The rust monster was further detailed in Dragon #346 (August 2006) in the article "Ecology of the Rust Monster"; this article also featured the O-akasabi-same, an advanced rust monster. This information was also featured in the Paizo book Dragon: Monster Ecologies (2007).

===4th edition Dungeons & Dragons===
In the 4th edition of D&D, the rust monster appeared in the Monster Manual 2. Its appearance remained largely the same as third edition's. However, its speed was doubled, making it twice as fast as the average character. In addition, its bite was given a significant upgrade; for the first time, the rust monster was a dangerous physical threat to characters. Rather than corroding metal with its antennae, the rust monster now corroded metal only with successful bite. In a new development, if a rust monster ate a magical weapon, the "residuum"—the substance that gave the magic weapon its powers—stayed in the rust monster's stomach; once the monster had been killed, the residuum could be recovered and reused to make a new weapon.

==Reception==
The rust monster is considered to be terrifying to certain characters and their players not due to their ability to fight but to destroy their items.

Rob Bricken from io9 named the rust monster as the 4th most memorable D&D monster, as well as one of "The 12 Most Obnoxious Dungeons & Dragons Monsters".

Chris Sims of the on-line magazine Comics Alliance referred to the rust monster as "the most feared D&D monster".

Keith Ammann notes in The Monsters Know What They're Doing that: "Despite the absurdity of a creature nursing itself on a pre-oxidized, chemically stable substance, we have to look at this unaligned monstrosity as an evolved creature, because any other explanation of its existence is just to meta".

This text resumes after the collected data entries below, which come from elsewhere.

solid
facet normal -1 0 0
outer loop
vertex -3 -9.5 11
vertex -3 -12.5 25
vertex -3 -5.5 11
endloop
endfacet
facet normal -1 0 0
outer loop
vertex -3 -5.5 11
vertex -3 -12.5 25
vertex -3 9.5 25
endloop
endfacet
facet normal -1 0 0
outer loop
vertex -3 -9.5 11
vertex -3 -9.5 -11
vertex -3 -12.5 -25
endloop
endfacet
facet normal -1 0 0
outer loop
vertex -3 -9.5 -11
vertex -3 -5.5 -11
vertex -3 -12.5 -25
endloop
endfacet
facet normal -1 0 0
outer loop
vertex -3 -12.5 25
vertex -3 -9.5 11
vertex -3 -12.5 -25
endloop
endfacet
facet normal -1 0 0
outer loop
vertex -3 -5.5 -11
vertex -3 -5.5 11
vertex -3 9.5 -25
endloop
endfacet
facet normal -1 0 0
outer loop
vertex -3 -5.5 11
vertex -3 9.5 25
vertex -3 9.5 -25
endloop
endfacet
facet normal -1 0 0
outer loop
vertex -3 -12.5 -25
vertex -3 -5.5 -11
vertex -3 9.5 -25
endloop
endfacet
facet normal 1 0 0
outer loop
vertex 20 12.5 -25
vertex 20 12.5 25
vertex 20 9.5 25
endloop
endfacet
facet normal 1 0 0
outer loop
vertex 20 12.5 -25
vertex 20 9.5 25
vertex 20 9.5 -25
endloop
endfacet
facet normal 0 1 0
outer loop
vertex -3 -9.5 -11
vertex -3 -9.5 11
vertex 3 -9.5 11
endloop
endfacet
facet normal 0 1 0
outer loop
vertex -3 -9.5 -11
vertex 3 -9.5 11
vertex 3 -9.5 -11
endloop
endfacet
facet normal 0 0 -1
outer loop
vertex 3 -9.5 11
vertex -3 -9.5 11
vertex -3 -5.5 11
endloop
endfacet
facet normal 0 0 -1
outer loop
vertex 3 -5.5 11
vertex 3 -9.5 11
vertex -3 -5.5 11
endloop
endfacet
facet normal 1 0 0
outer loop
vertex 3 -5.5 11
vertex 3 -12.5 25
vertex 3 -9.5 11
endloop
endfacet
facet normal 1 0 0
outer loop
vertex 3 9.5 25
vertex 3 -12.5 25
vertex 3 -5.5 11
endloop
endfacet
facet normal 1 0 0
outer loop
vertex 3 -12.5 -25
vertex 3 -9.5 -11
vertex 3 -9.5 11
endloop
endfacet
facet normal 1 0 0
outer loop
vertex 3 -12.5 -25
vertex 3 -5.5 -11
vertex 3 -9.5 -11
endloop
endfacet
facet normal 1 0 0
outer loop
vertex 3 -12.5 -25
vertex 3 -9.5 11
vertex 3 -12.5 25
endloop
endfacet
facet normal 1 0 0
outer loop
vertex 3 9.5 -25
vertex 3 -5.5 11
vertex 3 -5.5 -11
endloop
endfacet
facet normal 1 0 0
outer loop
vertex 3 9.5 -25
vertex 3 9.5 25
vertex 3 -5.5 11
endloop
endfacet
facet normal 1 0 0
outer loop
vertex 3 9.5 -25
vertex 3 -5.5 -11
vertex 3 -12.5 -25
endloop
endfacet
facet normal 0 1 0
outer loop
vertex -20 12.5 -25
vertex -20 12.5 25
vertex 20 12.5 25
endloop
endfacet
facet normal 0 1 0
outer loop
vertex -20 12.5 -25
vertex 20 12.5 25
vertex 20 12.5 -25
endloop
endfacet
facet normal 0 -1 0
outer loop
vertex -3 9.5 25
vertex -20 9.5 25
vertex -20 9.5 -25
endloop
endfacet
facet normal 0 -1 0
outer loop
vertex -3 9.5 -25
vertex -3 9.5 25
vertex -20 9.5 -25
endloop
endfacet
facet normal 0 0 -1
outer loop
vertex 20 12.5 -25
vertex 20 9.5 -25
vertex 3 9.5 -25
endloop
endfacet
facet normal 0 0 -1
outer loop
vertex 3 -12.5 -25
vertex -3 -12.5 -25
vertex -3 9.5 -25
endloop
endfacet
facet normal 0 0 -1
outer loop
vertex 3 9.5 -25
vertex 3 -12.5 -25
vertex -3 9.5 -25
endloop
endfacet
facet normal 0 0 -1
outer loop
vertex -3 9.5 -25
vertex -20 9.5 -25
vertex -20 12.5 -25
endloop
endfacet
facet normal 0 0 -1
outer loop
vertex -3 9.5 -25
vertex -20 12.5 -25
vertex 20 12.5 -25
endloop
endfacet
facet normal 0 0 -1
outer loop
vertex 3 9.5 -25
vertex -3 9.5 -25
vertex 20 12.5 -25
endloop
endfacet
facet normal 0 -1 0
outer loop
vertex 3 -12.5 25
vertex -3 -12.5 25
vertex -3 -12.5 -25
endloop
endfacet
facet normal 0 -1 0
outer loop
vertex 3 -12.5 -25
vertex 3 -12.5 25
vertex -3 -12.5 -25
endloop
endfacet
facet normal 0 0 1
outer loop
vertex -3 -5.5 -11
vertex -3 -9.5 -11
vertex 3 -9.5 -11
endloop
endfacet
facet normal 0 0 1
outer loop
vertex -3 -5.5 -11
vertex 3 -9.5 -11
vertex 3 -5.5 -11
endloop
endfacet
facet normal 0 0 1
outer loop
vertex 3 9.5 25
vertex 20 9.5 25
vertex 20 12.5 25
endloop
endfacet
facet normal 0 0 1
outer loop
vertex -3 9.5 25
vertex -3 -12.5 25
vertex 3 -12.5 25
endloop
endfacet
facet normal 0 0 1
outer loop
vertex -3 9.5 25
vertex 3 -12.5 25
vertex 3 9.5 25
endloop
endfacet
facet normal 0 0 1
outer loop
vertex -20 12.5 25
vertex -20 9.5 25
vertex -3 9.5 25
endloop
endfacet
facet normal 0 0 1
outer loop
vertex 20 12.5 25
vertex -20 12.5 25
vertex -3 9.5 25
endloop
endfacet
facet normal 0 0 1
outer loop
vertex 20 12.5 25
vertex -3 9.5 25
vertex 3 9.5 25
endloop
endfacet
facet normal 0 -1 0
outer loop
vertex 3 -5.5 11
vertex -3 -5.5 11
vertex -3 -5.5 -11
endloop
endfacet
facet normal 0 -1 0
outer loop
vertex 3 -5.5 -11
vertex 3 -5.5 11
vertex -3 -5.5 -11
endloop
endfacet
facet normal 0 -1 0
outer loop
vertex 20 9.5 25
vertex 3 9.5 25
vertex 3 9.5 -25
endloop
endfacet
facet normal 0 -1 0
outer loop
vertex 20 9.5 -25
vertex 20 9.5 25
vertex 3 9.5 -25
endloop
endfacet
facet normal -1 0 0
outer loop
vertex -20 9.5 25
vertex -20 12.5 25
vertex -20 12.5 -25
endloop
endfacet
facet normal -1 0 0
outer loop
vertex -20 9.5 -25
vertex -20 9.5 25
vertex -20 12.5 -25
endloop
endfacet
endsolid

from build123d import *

# Parameters (mm, degrees)
BOSS_EXTRUDE2_DEPTH      = 3
BOSS_EXTRUDE2_DEPTH_BACK = 3
SKETCH2_W                = 50
SKETCH2_H                = 22
SKETCH2_W_2              = 22
SKETCH2_H_2              = 4
BOSS_EXTRUDE3_DEPTH      = 20
BOSS_EXTRUDE3_DEPTH_BACK = 20
SKETCH2_3_W              = 50
SKETCH2_3_H              = 3


with BuildPart() as part:
    # Sketch2 → Boss-Extrude2 (new, two sides: drawn at the far end of the back side and taken through both)
    with BuildSketch(Plane(origin=(0, 0, 0), x_dir=(0, 0, -1), z_dir=(1, 0, 0)).offset(-BOSS_EXTRUDE2_DEPTH_BACK)):
        with Locations((0, -1.5)):
            Rectangle(SKETCH2_W, SKETCH2_H)
        with Locations((0, -7.5)):
            Rectangle(SKETCH2_W_2, SKETCH2_H_2, mode=Mode.SUBTRACT)
    extrude(amount=BOSS_EXTRUDE2_DEPTH + BOSS_EXTRUDE2_DEPTH_BACK)

    # Sketch2<3> → Boss-Extrude3 (add, two sides: drawn at the far end of the back side and taken through both)
    with BuildSketch(Plane(origin=(0, 0, 0), x_dir=(0, 0, -1), z_dir=(1, 0, 0)).offset(-BOSS_EXTRUDE3_DEPTH_BACK)):
        with Locations((0, 11)):
            Rectangle(SKETCH2_3_W, SKETCH2_3_H)
    extrude(amount=BOSS_EXTRUDE3_DEPTH + BOSS_EXTRUDE3_DEPTH_BACK)


solid = part.part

L. Juel Larsen and B. Kampmann Walther in their work Fear of Monsters state that "Another example of a scary monster is The Rust Monster from the Monster Manual. The Rust Monster hungers for precious metals and therefore threatens the characters’ equipment. Painstakingly collected game material such as weapons and armor hangs in the balance once the Rust Monster appears. This makes The Rust Monster a truly feared creature."

==D&D Miniatures==
A painted plastic miniature of the rust monster appeared in D&D Miniatures: Dangerous Delves in 2009.

==In other media==
- The rust monster was card #581 of 750 in the 1991 TSR trading cards factory set.
- In Paul Kidd's novel Descent into the Depths of the Earth, a rust monster is used by one of the main characters (Escalla) to convince a sentient sword to cooperate with her plans. Another main character (Justicar) loses his black sword to a rust monster, possibly the same one.

==Other appearances==
- A rust monster appears as a pet in the Futurama episode "I Second That Emotion". Although it is not mentioned by name, the presence of rust on its robot owner's body indicates that it is based on the Dungeons & Dragons monster. This is confirmed in the audio commentary for that episode on the DVD release. They are also mentioned briefly in a later episode "The Bots and the Bees".
- In strip #415 of The Order of the Stick, Xykon's crystal ball shows a rust monster chasing a paladin.
- The rust monster appears in NetHack.
- RustMonster is the name of a nautical-themed band.
- A rust monster appears as the title character of "Rusty & Co.", a webcomic about a group of monsters who form their own adventuring party to escape the usual monster fate of getting slain by wandering heroes.

==Other publishers==
The rust monster is fully detailed in Paizo Publishing's book Dungeon Denizens Revisited (2009), on pages 52–57.